Ecco cosa succede concretamente quando scatta il dissesto:
1. Arriva il "Commissario" (La gestione separata)
Il consiglio comunale delibera il dissesto (oppure viene imposto dal Prefetto). Da quel momento, la vita finanziaria del comune si sdoppia:
La gestione passata (liquidazione): Il Presidente della Repubblica nomina una Commissione Straordinaria di Liquidazione (composta da esperti esterni). Questo organo si occupa esclusivamente di "cristallizzare" i vecchi debiti, trovare i soldi vendendo beni del comune o riscuotendo le vecchie tasse arretrate, e proporre ai creditori un accordo (spesso pagando solo una percentuale del debito originario, ad esempio il 40-60%).

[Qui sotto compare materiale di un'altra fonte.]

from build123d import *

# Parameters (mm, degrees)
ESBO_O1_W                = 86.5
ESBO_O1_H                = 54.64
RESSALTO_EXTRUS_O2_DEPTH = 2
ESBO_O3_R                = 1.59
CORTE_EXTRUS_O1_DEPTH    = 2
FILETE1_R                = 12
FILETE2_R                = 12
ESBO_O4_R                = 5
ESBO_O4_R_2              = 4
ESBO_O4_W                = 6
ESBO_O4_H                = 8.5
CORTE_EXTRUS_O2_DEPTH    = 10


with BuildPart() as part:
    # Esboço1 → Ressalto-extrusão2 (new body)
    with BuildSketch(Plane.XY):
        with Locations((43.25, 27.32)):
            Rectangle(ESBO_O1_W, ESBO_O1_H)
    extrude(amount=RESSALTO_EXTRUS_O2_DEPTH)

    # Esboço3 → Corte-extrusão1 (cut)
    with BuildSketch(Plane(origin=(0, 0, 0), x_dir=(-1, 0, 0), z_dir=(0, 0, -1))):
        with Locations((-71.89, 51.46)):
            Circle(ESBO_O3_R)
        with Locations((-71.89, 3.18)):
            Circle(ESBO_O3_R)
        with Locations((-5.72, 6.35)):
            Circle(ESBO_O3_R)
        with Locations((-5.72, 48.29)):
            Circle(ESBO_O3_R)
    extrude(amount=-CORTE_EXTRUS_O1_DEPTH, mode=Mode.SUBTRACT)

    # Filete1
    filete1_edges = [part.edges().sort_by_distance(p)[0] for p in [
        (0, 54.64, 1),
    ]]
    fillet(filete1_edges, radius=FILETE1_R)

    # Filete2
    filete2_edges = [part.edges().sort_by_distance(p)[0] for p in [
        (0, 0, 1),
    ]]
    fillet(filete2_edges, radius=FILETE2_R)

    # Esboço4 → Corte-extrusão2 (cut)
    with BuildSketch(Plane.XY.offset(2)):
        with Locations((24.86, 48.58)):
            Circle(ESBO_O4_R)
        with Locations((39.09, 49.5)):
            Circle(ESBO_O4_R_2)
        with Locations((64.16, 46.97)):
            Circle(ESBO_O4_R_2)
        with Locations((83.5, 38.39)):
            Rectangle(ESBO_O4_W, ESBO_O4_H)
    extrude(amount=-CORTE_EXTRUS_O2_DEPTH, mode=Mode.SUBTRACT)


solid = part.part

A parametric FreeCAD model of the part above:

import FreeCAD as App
import Part
import Sketcher
Q = App.Units.Quantity


def edges_at(feature, points):
    """Names of the edges that pass closest to the given points."""
    edges = feature.Shape.Edges
    near = lambda p: min(range(len(edges)), key=lambda i: edges[i].distToShape(Part.Vertex(*p))[0])
    return sorted({f"Edge{near(p) + 1}" for p in points})


def add_polygon(sketch, points):
    """Adds a closed chain of lines whose ends are joined by coincident constraints."""
    first, n = sketch.GeometryCount, len(points)
    for a, b in zip(points, points[1:] + points[:1]):
        sketch.addGeometry(Part.LineSegment(App.Vector(*a, 0), App.Vector(*b, 0)), False)
    for i in range(n):
        sketch.addConstraint(Sketcher.Constraint("Coincident", first + i, 2, first + (i + 1) % n, 1))

doc = App.newDocument("Part")
body = doc.addObject("PartDesign::Body", "Body")

sketch1 = body.newObject("Sketcher::SketchObject", "Sketch")
sketch1.AttachmentSupport = (doc.getObject("XY_Plane"), [""])
sketch1.MapMode = "FlatFace"
add_polygon(sketch1, [(0, 54.64), (0, 0), (86.5, 0), (86.5, 54.64)])
sketch1.addConstraint([
    Sketcher.Constraint("Vertical", 0),
    Sketcher.Constraint("Horizontal", 1),
    Sketcher.Constraint("Vertical", 2),
    Sketcher.Constraint("Horizontal", 3),
    Sketcher.Constraint("Coincident", 0, 2, -1, 1),
    Sketcher.Constraint("DistanceX", 1, 1, 1, 2, Q("86.5 mm")),
    Sketcher.Constraint("DistanceY", 0, 2, 0, 1, Q("54.64 mm")),
])
pad1 = body.newObject("PartDesign::Pad", "Pad")
pad1.Profile = sketch1
pad1.Length = 2

sketch2 = body.newObject("Sketcher::SketchObject", "Sketch001")
sketch2.AttachmentSupport = (doc.getObject("XY_Plane"), [""])
sketch2.MapMode = "FlatFace"
sketch2.addGeometry([
    Part.Circle(App.Vector(71.89, 51.46, 0), App.Vector(0, 0, 1), 1.59),
    Part.Circle(App.Vector(71.89, 3.18, 0), App.Vector(0, 0, 1), 1.59),
    Part.Circle(App.Vector(5.72, 6.35, 0), App.Vector(0, 0, 1), 1.59),
    Part.Circle(App.Vector(5.72, 48.29, 0), App.Vector(0, 0, 1), 1.59),
], False)
sketch2.addConstraint([
    Sketcher.Constraint("Equal", 0, 1),
    Sketcher.Constraint("Equal", 1, 2),
    Sketcher.Constraint("Equal", 2, 3),
    Sketcher.Constraint("Vertical", 0, 3, 1, 3),
    Sketcher.Constraint("Vertical", 2, 3, 3, 3),
    Sketcher.Constraint("Diameter", 0, Q("3.18 mm")),
    Sketcher.Constraint("DistanceX", -1, 1, 0, 3, Q("71.89 mm")),
    Sketcher.Constraint("DistanceY", -1, 1, 0, 3, Q("51.46 mm")),
    Sketcher.Constraint("DistanceY", -1, 1, 1, 3, Q("3.18 mm")),
    Sketcher.Constraint("DistanceX", -1, 1, 2, 3, Q("5.72 mm")),
    Sketcher.Constraint("DistanceY", -1, 1, 2, 3, Q("6.35 mm")),
    Sketcher.Constraint("DistanceY", -1, 1, 3, 3, Q("48.29 mm")),
])
pocket1 = body.newObject("PartDesign::Pocket", "Pocket")
pocket1.Profile = sketch2
pocket1.Length = 2
pocket1.Reversed = True
doc.recompute()

fillet = body.newObject("PartDesign::Fillet", "Fillet")
fillet.Base = (pocket1, edges_at(pocket1, [(0, 54.64, 1)]))
fillet.Radius = 12
doc.recompute()

fillet2 = body.newObject("PartDesign::Fillet", "Fillet001")
fillet2.Base = (fillet, edges_at(fillet, [(0, 0, 1)]))
fillet2.Radius = 12

sketch3 = body.newObject("Sketcher::SketchObject", "Sketch002")
sketch3.AttachmentSupport = (doc.getObject("XY_Plane"), [""])
sketch3.MapMode = "FlatFace"
sketch3.AttachmentOffset = App.Placement(App.Vector(0, 0, 2), App.Rotation())
sketch3.addGeometry(Part.Circle(App.Vector(24.86, 48.58, 0), App.Vector(0, 0, 1), 5), False)
sketch3.addGeometry(Part.Circle(App.Vector(39.09, 49.5, 0), App.Vector(0, 0, 1), 4), False)
sketch3.addGeometry(Part.Circle(App.Vector(64.16, 46.97, 0), App.Vector(0, 0, 1), 4), False)
add_polygon(sketch3, [(80.5, 42.64), (80.5, 34.14), (86.5, 34.14), (86.5, 42.64)])
sketch3.addConstraint([
    Sketcher.Constraint("Vertical", 3),
    Sketcher.Constraint("Horizontal", 4),
    Sketcher.Constraint("Vertical", 5),
    Sketcher.Constraint("Horizontal", 6),
    Sketcher.Constraint("Equal", 1, 2),
    Sketcher.Constraint("Diameter", 0, Q("10 mm")),
    Sketcher.Constraint("Diameter", 1, Q("8 mm")),
    Sketcher.Constraint("DistanceX", 4, 1, 4, 2, Q("6 mm")),
    Sketcher.Constraint("DistanceY", 3, 2, 3, 1, Q("8.5 mm")),
    Sketcher.Constraint("DistanceY", -1, 1, 1, 3, Q("49.5 mm")),
    Sketcher.Constraint("DistanceX", -1, 1, 3, 2, Q("80.5 mm")),
    Sketcher.Constraint("DistanceX", 0, 3, 2, 3, Q("39.3 mm")),
    Sketcher.Constraint("DistanceX", -1, 1, 0, 3, Q("24.86 mm")),
    Sketcher.Constraint("DistanceY", -1, 1, 0, 3, Q("48.58 mm")),
    Sketcher.Constraint("DistanceX", -1, 1, 1, 3, Q("39.09 mm")),
    Sketcher.Constraint("DistanceY", -1, 1, 2, 3, Q("46.97 mm")),
    Sketcher.Constraint("DistanceY", -1, 1, 3, 2, Q("34.14 mm")),
])
pocket2 = body.newObject("PartDesign::Pocket", "Pocket001")
pocket2.Profile = sketch3
pocket2.Length = 10

doc.recompute()
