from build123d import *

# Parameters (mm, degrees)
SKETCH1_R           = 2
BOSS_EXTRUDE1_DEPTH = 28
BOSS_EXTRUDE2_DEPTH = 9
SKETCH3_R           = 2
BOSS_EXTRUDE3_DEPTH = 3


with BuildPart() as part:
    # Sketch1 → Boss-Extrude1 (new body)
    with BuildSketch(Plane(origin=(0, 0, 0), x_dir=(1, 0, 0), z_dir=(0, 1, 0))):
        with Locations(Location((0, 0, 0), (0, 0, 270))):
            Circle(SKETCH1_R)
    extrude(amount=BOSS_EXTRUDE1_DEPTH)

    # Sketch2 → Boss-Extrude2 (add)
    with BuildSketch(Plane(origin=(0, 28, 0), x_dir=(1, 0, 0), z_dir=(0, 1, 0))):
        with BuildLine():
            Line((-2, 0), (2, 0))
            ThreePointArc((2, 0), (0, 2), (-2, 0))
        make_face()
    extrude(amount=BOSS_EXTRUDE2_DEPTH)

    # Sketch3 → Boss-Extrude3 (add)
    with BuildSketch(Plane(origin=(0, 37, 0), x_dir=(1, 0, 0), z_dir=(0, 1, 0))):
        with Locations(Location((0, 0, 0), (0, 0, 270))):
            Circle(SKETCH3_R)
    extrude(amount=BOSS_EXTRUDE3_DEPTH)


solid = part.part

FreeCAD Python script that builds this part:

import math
import FreeCAD as App
import Part
import Sketcher
from FreeCAD import Vector

doc = App.newDocument("Part")
body = doc.addObject("PartDesign::Body", "Body")

# Sketch on XZ plane
sketch1 = doc.addObject("Sketcher::SketchObject", "Sketch")
body.addObject(sketch1)
sketch1.AttachmentSupport = (doc.XZ_Plane, [""])
sketch1.MapMode = "FlatFace"
sketch1.addGeometry(Part.Circle(Vector(0, 0, 0), Vector(0, 0, 1), 2), False)
sketch1.addConstraint([
    Sketcher.Constraint("Coincident", 0, 3, -1, 1),
    Sketcher.Constraint("Diameter", 0, 4.0),
])
pad1 = doc.addObject("PartDesign::Pad", "Pad")
body.addObject(pad1)
pad1.Profile = sketch1
pad1.Length = 28
pad1.Reversed = True

# Sketch on XZ plane
sketch2 = doc.addObject("Sketcher::SketchObject", "Sketch001")
body.addObject(sketch2)
sketch2.AttachmentSupport = (doc.XZ_Plane, [""])
sketch2.MapMode = "FlatFace"
sketch2.AttachmentOffset = App.Placement(Vector(0, 0, -28), App.Rotation())
sketch2.addGeometry([
    Part.LineSegment(Vector(-2, 0, 0), Vector(2, 0, 0)),
    Part.ArcOfCircle(Part.Circle(Vector(0, 0, 0), Vector(0, 0, 1), 2), math.radians(180), math.radians(360)),
], False)
sketch2.addConstraint([
    Sketcher.Constraint("Coincident", 0, 1, 1, 1),
    Sketcher.Constraint("Coincident", 1, 2, 0, 2),
    Sketcher.Constraint("Horizontal", 0),
    Sketcher.Constraint("Coincident", 1, 3, -1, 1),
    Sketcher.Constraint("PointOnObject", 0, 1, -1),
    Sketcher.Constraint("Radius", 1, 2.0),
])
pad2 = doc.addObject("PartDesign::Pad", "Pad001")
body.addObject(pad2)
pad2.Profile = sketch2
pad2.Length = 9
pad2.Reversed = True

# Sketch on XZ plane
sketch3 = doc.addObject("Sketcher::SketchObject", "Sketch002")
body.addObject(sketch3)
sketch3.AttachmentSupport = (doc.XZ_Plane, [""])
sketch3.MapMode = "FlatFace"
sketch3.AttachmentOffset = App.Placement(Vector(0, 0, -37), App.Rotation())
sketch3.addGeometry(Part.Circle(Vector(0, 0, 0), Vector(0, 0, 1), 2), False)
sketch3.addConstraint([
    Sketcher.Constraint("Coincident", 0, 3, -1, 1),
    Sketcher.Constraint("Diameter", 0, 4.0),
])
pad3 = doc.addObject("PartDesign::Pad", "Pad002")
body.addObject(pad3)
pad3.Profile = sketch3
pad3.Length = 3
pad3.Reversed = True

doc.recompute()
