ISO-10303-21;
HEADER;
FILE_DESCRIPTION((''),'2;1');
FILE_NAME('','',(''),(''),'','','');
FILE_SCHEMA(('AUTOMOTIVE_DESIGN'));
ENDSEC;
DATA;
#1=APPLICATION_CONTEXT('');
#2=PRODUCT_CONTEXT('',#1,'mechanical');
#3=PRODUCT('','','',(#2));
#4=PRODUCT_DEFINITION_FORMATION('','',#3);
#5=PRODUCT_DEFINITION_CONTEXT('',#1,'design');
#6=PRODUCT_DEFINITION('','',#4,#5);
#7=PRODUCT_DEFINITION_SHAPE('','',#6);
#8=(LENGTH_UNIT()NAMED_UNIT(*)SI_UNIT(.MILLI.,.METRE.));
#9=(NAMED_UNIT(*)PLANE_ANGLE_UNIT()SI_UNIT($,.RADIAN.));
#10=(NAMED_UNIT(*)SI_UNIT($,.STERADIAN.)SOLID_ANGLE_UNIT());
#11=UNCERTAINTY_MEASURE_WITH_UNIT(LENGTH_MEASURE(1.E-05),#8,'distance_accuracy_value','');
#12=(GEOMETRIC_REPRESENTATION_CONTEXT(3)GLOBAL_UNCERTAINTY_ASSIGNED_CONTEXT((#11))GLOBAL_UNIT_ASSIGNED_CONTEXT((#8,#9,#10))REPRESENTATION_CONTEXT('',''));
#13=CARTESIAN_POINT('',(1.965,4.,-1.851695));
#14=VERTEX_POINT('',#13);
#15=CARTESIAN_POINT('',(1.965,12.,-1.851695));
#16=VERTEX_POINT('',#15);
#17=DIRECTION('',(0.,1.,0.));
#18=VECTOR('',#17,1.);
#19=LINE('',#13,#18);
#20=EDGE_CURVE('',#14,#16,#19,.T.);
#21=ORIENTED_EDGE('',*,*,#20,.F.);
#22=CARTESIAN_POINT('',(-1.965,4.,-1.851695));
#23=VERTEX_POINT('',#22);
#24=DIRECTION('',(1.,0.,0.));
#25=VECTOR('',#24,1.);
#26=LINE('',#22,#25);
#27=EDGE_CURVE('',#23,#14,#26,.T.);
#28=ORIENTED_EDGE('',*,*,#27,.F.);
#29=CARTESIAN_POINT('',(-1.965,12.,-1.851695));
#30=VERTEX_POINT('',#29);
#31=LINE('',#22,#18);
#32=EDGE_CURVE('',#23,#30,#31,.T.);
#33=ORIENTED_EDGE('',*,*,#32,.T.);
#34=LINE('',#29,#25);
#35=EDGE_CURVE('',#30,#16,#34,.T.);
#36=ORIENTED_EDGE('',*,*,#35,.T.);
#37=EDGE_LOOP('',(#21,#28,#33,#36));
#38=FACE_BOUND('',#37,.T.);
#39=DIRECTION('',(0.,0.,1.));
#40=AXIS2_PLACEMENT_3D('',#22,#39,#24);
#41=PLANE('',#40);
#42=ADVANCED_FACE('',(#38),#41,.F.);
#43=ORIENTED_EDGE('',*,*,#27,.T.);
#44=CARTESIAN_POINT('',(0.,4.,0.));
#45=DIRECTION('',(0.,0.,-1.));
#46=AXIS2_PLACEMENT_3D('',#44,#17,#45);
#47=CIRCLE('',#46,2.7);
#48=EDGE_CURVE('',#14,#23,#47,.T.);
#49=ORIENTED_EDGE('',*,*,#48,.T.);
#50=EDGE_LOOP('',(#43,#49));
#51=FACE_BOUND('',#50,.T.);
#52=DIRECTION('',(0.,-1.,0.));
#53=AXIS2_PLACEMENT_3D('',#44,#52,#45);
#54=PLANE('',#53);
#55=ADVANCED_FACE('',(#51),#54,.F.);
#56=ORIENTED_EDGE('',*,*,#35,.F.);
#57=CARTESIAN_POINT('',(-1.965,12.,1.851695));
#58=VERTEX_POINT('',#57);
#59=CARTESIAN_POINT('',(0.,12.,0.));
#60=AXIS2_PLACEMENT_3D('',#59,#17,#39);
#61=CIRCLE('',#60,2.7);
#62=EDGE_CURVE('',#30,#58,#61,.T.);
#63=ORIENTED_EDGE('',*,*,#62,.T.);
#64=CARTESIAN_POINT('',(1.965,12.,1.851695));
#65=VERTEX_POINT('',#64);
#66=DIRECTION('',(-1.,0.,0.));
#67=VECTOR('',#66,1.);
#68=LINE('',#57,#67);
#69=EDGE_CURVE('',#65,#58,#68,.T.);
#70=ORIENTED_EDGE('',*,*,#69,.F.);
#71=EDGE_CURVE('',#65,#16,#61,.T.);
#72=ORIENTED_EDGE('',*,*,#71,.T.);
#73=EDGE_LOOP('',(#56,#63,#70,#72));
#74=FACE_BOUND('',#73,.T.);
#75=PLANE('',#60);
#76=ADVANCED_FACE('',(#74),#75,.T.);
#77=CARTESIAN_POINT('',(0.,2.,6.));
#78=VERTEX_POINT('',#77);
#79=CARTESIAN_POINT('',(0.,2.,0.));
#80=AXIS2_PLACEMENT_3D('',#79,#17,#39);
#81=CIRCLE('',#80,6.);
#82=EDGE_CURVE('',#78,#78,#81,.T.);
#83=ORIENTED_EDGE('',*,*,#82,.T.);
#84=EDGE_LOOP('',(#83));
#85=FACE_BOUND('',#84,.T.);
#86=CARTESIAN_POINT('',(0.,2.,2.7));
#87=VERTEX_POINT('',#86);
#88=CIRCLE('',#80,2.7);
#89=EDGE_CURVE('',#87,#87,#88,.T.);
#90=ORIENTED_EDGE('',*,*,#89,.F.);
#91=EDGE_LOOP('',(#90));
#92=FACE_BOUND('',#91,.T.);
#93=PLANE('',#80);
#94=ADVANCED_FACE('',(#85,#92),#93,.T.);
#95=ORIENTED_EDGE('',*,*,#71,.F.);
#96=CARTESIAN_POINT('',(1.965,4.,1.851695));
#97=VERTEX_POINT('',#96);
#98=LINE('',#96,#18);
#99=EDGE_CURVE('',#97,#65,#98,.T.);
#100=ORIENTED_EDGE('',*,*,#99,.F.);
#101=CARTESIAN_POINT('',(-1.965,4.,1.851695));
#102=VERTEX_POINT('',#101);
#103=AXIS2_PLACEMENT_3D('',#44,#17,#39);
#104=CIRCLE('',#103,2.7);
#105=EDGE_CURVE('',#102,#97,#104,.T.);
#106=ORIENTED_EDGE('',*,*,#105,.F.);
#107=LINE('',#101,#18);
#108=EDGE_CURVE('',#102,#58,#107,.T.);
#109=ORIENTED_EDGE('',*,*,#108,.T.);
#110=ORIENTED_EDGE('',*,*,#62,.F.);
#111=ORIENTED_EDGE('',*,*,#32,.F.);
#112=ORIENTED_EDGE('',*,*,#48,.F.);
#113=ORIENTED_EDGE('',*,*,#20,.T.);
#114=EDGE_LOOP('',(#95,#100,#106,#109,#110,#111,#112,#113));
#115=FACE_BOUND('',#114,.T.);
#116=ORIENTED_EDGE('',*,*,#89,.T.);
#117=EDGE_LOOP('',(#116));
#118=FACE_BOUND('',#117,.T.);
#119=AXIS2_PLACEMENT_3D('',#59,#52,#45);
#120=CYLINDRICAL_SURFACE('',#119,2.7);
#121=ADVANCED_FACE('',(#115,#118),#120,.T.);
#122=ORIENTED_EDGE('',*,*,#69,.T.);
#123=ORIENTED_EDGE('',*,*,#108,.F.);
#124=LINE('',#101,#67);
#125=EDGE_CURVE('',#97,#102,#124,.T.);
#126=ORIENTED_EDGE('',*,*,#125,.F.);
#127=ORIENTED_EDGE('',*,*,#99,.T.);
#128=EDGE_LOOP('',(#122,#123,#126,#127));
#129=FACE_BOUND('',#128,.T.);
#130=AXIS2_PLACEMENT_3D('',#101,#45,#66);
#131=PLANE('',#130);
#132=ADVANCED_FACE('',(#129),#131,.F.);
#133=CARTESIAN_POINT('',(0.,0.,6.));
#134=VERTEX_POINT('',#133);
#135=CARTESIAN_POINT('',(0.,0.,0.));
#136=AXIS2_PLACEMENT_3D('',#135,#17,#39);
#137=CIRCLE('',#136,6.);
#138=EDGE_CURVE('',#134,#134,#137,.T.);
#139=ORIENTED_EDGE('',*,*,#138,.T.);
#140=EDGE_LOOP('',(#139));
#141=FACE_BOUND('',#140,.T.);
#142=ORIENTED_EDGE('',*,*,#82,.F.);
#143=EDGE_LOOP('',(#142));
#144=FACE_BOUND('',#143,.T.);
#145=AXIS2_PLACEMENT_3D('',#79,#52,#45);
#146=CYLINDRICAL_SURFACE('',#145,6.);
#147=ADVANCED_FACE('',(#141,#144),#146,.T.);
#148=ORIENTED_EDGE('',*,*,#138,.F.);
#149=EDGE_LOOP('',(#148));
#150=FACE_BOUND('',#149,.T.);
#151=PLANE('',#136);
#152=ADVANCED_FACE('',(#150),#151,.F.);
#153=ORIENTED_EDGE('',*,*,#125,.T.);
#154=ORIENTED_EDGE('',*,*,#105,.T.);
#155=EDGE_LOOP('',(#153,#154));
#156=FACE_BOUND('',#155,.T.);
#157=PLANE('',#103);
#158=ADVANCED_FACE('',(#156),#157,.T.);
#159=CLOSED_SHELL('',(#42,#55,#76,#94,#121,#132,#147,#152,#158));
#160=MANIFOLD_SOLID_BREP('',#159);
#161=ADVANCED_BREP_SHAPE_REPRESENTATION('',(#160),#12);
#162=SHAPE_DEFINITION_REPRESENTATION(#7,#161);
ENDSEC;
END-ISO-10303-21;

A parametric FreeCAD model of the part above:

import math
import FreeCAD as App
import Part
import Sketcher
from FreeCAD import Vector

doc = App.newDocument("Part")
params = doc.addObject("Spreadsheet::Sheet", "Params")
for row, (alias, value) in enumerate([
    ("sketch1_diameter", "12 mm"),
    ("pad1_length", "2 mm"),
    ("sketch2_diameter", "5.4 mm"),
    ("pad2_length", "10 mm"),
    ("sketch3_radius", "2.7 mm"),
    ("sketch3_width", "3.93 mm"),
    ("pocket1_length", "8 mm"),
], start=1):
    params.set(f"A{row}", alias)
    params.set(f"B{row}", "=" + value)
    params.setAlias(f"B{row}", alias)

body = doc.addObject("PartDesign::Body", "Body")

sketch1 = body.newObject("Sketcher::SketchObject", "Sketch")
sketch1.AttachmentSupport = (doc.getObject("XZ_Plane"), [""])
sketch1.MapMode = "FlatFace"
sketch1.addGeometry(Part.Circle(Vector(0, 0, 0), Vector(0, 0, 1), 6), False)
sketch1.addConstraint([
    Sketcher.Constraint("Coincident", 0, 3, -1, 1),
    Sketcher.Constraint("Diameter", 0, 12.0),
])
sketch1.setExpression("Constraints[1]", "Params.sketch1_diameter")
pad1 = body.newObject("PartDesign::Pad", "Pad")
pad1.Profile = sketch1
pad1.setExpression("Length", "Params.pad1_length")
pad1.Reversed = True

sketch2 = body.newObject("Sketcher::SketchObject", "Sketch001")
sketch2.AttachmentSupport = (doc.getObject("XZ_Plane"), [""])
sketch2.MapMode = "FlatFace"
sketch2.AttachmentOffset = App.Placement(Vector(0, 0, -2), App.Rotation())
sketch2.addGeometry(Part.Circle(Vector(0, 0, 0), Vector(0, 0, 1), 2.7), False)
sketch2.addConstraint([
    Sketcher.Constraint("Coincident", 0, 3, -1, 1),
    Sketcher.Constraint("Diameter", 0, 5.4),
])
sketch2.setExpression("Constraints[1]", "Params.sketch2_diameter")
pad2 = body.newObject("PartDesign::Pad", "Pad001")
pad2.Profile = sketch2
pad2.setExpression("Length", "Params.pad2_length")
pad2.Reversed = True

sketch3 = body.newObject("Sketcher::SketchObject", "Sketch002")
sketch3.AttachmentSupport = (doc.getObject("XZ_Plane"), [""])
sketch3.MapMode = "FlatFace"
sketch3.AttachmentOffset = App.Placement(Vector(0, 0, -12), App.Rotation())
sketch3.addGeometry([
    Part.LineSegment(Vector(-2, -1.9, 0), Vector(2, -1.9, 0)),
    Part.ArcOfCircle(Part.Circle(Vector(0, 0, 0), Vector(0, 0, 1), 2.7), math.radians(-137), math.radians(-43)),
    Part.LineSegment(Vector(2, 1.9, 0), Vector(-2, 1.9, 0)),
    Part.ArcOfCircle(Part.Circle(Vector(0, 0, 0), Vector(0, 0, 1), 2.7), math.radians(43), math.radians(137)),
], False)
sketch3.addConstraint([
    Sketcher.Constraint("Coincident", 0, 1, 1, 1),
    Sketcher.Constraint("Coincident", 1, 2, 0, 2),
    Sketcher.Constraint("Coincident", 2, 1, 3, 1),
    Sketcher.Constraint("Coincident", 3, 2, 2, 2),
    Sketcher.Constraint("Horizontal", 0),
    Sketcher.Constraint("Horizontal", 2),
    Sketcher.Constraint("Coincident", 1, 3, -1, 1),
    Sketcher.Constraint("Coincident", 3, 3, -1, 1),
    Sketcher.Constraint("Equal", 1, 3),
    Sketcher.Constraint("Vertical", 1, 2, 2, 1),
    Sketcher.Constraint("Radius", 1, 2.7),
    Sketcher.Constraint("DistanceX", 0, 1, 0, 2, 3.93),
])
sketch3.setExpression("Constraints[10]", "Params.sketch3_radius")
sketch3.setExpression("Constraints[11]", "Params.sketch3_width")
pocket1 = body.newObject("PartDesign::Pocket", "Pocket")
pocket1.Profile = sketch3
pocket1.setExpression("Length", "Params.pocket1_length")
pocket1.Reversed = True

doc.recompute()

La gestione corrente: Il Sindaco e la giunta restano in carica (a meno che il dissesto non sia accompagnato da altre crisi politiche), ma possono gestire solo l'amministrazione ordinaria. Il loro nuovo bilancio deve essere tassativamente in pareggio fin dal primo giorno.
2. Le conseguenze per i cittadini
I residenti sono purtroppo i primi a subire il peso del risanamento. Per legge, il comune è obbligato a portare le entrate al massimo livello possibile per fare cassa:
Tasse al massimo: Aliquote IMU, addizionale comunale IRPEF e tariffe sui servizi (come la mensa scolastica o i trasporti locali) vengono quasi sempre alzate ai livelli massimi consentiti dalla legge nazionale.
Tagli ai servizi non essenziali: Vengono garantiti solo i servizi pubblici essenziali. Manutenzioni stradali, cura del verde pubblico, eventi culturali e sussidi facoltativi subiscono drastiche riduzioni.
3. Le conseguenze per dipendenti e creditori
Per le imprese creditrici: Chi ha venduto beni o servizi al comune prima del dissesto vede i propri crediti "bloccati". Dovrà aspettare i tempi (spesso lunghi) della Commissione di Liquidazione e, quasi certamente, accettare una decurtazione della cifra che gli spettava.
Per i dipendenti comunali: Scatta il blocco delle assunzioni. Inoltre, viene eseguita una verifica della pianta organica: se il personale è in sovrannumero rispetto ai parametri di legge, i dipendenti eccedenti vengono messi in disponibilità o trasferiti ad altri enti.
Nota di tutela: Nonostante i tagli e i sacrifici, i beni demaniali (le strade, le piazze) e i beni patrimoniali indisponibili (come le scuole o i palazzi istituzionali) non possono essere pignorati o venduti per pagare i debiti.
Il periodo di dissesto e la relativa gestione straordinaria durano solitamente alcuni anni, fino a quando la Commissione non ha chiuso il piano di estinzione dei debiti e il comune dimostra di poter camminare nuovamente con le proprie gambe.